Understand how we can deal with violations of sphericity.

- There are different ways that involve applying a correction for the Epsilon value. - Lower bound correction - this is a change to the critical F value from df = K-1, (n - 1)(K-1) to df = 1, n - 1 (This increases the critical F value and is extremely conservative) - The Huynh & Feldt and Geisser-Greenhouse are corrections to the df based on the degree of violation to sphericity, and create more modest corrections to the critical F value - The non-corrected df are multiplied by the epsilon values for each respective procedure.

Be able to recognize and use a multiple prediction equation, both in unstandardized and standardized form.

- Yhat equation (undstandardized) - Z(Yhat) equation (standardized)

Understand how to calculate eta-squared RM (which is a partial measure) and how that differs from eta-squared based on SStotal.
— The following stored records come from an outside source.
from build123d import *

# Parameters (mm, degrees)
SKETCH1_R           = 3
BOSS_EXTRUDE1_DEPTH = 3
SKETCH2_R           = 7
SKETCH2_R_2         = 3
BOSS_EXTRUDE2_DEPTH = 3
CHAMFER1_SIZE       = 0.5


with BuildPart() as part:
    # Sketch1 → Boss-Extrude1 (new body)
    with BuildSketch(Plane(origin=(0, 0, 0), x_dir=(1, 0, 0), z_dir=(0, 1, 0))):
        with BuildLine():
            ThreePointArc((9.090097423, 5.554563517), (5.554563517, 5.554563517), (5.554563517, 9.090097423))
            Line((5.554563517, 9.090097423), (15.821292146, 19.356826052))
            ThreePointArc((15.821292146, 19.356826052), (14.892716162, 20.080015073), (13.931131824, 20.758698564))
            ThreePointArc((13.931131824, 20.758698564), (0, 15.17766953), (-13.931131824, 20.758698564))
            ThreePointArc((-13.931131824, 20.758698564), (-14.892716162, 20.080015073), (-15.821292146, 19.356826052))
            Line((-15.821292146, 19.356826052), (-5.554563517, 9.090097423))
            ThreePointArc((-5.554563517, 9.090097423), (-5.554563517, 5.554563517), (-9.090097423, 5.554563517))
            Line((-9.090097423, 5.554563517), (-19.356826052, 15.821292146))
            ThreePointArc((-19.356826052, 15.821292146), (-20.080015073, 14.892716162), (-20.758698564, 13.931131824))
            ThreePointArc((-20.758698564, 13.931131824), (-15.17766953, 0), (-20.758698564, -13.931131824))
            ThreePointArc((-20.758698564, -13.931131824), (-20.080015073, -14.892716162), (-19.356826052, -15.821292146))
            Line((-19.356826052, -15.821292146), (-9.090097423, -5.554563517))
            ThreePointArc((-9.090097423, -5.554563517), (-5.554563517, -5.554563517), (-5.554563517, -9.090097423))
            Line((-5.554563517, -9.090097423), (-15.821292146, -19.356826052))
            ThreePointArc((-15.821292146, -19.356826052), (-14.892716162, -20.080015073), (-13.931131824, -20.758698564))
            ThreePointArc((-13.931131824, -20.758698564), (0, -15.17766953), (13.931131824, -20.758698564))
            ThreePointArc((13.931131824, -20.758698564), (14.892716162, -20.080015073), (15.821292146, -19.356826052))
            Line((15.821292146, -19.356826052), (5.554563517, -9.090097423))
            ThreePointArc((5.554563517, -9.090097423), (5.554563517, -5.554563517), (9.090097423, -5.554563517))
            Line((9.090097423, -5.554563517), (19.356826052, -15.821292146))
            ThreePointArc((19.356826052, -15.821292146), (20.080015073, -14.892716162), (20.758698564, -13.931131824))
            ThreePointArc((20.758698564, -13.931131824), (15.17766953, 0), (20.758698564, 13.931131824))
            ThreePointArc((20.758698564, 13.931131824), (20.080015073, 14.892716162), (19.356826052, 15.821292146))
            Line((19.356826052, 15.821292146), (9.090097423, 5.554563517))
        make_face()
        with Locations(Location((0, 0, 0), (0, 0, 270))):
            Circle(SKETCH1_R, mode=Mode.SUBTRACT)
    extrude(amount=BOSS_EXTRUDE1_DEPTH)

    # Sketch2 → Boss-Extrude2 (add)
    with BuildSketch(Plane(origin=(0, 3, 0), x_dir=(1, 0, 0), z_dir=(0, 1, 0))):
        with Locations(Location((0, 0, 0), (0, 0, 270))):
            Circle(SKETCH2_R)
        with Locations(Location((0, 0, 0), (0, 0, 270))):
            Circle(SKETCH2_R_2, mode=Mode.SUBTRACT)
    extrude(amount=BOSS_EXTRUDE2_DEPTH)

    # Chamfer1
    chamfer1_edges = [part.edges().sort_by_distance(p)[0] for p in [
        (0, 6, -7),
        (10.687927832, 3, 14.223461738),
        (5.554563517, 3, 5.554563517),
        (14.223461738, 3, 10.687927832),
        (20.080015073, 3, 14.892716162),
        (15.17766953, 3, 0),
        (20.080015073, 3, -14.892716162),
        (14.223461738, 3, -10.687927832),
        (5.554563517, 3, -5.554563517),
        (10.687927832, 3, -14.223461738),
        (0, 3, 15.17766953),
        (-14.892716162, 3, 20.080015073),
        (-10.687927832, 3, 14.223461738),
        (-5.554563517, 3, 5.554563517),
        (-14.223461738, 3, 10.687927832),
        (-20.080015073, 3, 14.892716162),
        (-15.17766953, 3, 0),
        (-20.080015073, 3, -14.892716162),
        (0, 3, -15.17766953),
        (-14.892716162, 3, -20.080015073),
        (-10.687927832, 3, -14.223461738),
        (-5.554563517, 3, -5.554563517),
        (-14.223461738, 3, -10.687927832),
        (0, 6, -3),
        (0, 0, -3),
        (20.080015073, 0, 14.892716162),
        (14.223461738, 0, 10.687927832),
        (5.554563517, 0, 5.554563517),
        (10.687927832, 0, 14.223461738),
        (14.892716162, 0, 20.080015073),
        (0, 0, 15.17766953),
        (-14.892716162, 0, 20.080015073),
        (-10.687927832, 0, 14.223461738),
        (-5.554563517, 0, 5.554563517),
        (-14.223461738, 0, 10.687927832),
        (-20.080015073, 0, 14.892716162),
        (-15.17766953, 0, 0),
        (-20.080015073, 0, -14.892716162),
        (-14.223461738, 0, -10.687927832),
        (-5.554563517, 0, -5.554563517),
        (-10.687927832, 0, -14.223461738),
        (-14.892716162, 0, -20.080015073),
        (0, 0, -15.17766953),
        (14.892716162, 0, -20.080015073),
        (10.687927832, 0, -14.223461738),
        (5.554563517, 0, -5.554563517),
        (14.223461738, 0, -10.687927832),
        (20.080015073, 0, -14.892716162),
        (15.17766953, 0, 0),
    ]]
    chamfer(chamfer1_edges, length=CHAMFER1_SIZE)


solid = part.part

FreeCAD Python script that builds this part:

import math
import FreeCAD as App
import Part
import Sketcher

V = App.Vector
Q = App.Units.Quantity


def edges_at(feature, points):
    """Names of the edges that pass closest to the given points."""
    edges = feature.Shape.Edges
    near = lambda p: min(range(len(edges)), key=lambda i: edges[i].distToShape(Part.Vertex(*p))[0])
    return sorted({f"Edge{near(p) + 1}" for p in points})

doc = App.newDocument("Part")
body = doc.addObject("PartDesign::Body", "Body")

sketch1 = body.newObject("Sketcher::SketchObject", "Sketch")
sketch1.AttachmentSupport = (doc.getObject("XZ_Plane"), [""])
sketch1.MapMode = "FlatFace"
sketch1.addGeometry(Part.ArcOfCircle(Part.Circle(V(7.3, -7.3, 0), V(0, 0, 1), 2.5), math.radians(45), math.radians(225)), False)
sketch1.addGeometry(Part.LineSegment(V(5.6, -9.1, 0), V(15.8, -19.4, 0)), False)
sketch1.addGeometry(Part.ArcOfCircle(Part.Circle(V(0, 0, 0), V(0, 0, 1), 25), math.radians(-56.13), math.radians(-50.74)), False)
sketch1.addGeometry(Part.ArcOfCircle(Part.Circle(V(0, -35.4, 0), V(0, 0, 1), 20.2), math.radians(46), math.radians(134)), False)
sketch1.addGeometry(Part.ArcOfCircle(Part.Circle(V(0, 0, 0), V(0, 0, 1), 25), math.radians(-129.26), math.radians(-123.87)), False)
sketch1.addGeometry(Part.LineSegment(V(-15.8, -19.4, 0), V(-5.6, -9.1, 0)), False)
sketch1.addGeometry(Part.ArcOfCircle(Part.Circle(V(-7.3, -7.3, 0), V(0, 0, 1), 2.5), math.radians(-45), math.radians(135)), False)
sketch1.addGeometry(Part.LineSegment(V(-9.1, -5.6, 0), V(-19.4, -15.8, 0)), False)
- eta-squared RM ( or n^2 RM) = SS(RM)/SS(RM) + SS(inter) - It tends to overestimate the impact that an independent variable would have when tested with independent groups, or considerably less effective matching. - It is also rather specific to the experimental design of the given study. - Ordinary eta-squared is calculated as though the groups were independent (n^2 = SS(RM)/SS(Total) - This equals SS(RM)/(SS(RM) + SS(sub) + SS(inter) - Usually eta-squared will not be as large as eta-squared RM, but it will provide a more stable basis for planning future experiments.

Be able to compute the repeated measures ANOVA, using the steps of hypothesis testing.

1) State the Hypothesis. - It is the same as for one-way independent groups ANOVA: - Null: H(0): u(1) = u(2) = u(3) - Alternative: H(A): H(0) is not true 2) Select the Statistical Test and Significance Level. - RM ANOVA 3) Select the Samples and Collect the Data. 4) Find the Region of Rejection. - df for the numerator is the same as in the independent ANOVA (one less than the number of treatments) - df for the denominator is the df for the subject x treatment interaction (one less than the number of subject times one less the number of treatments) 5) Calculate the Test Statistic. 6) Make the Statistical Decision.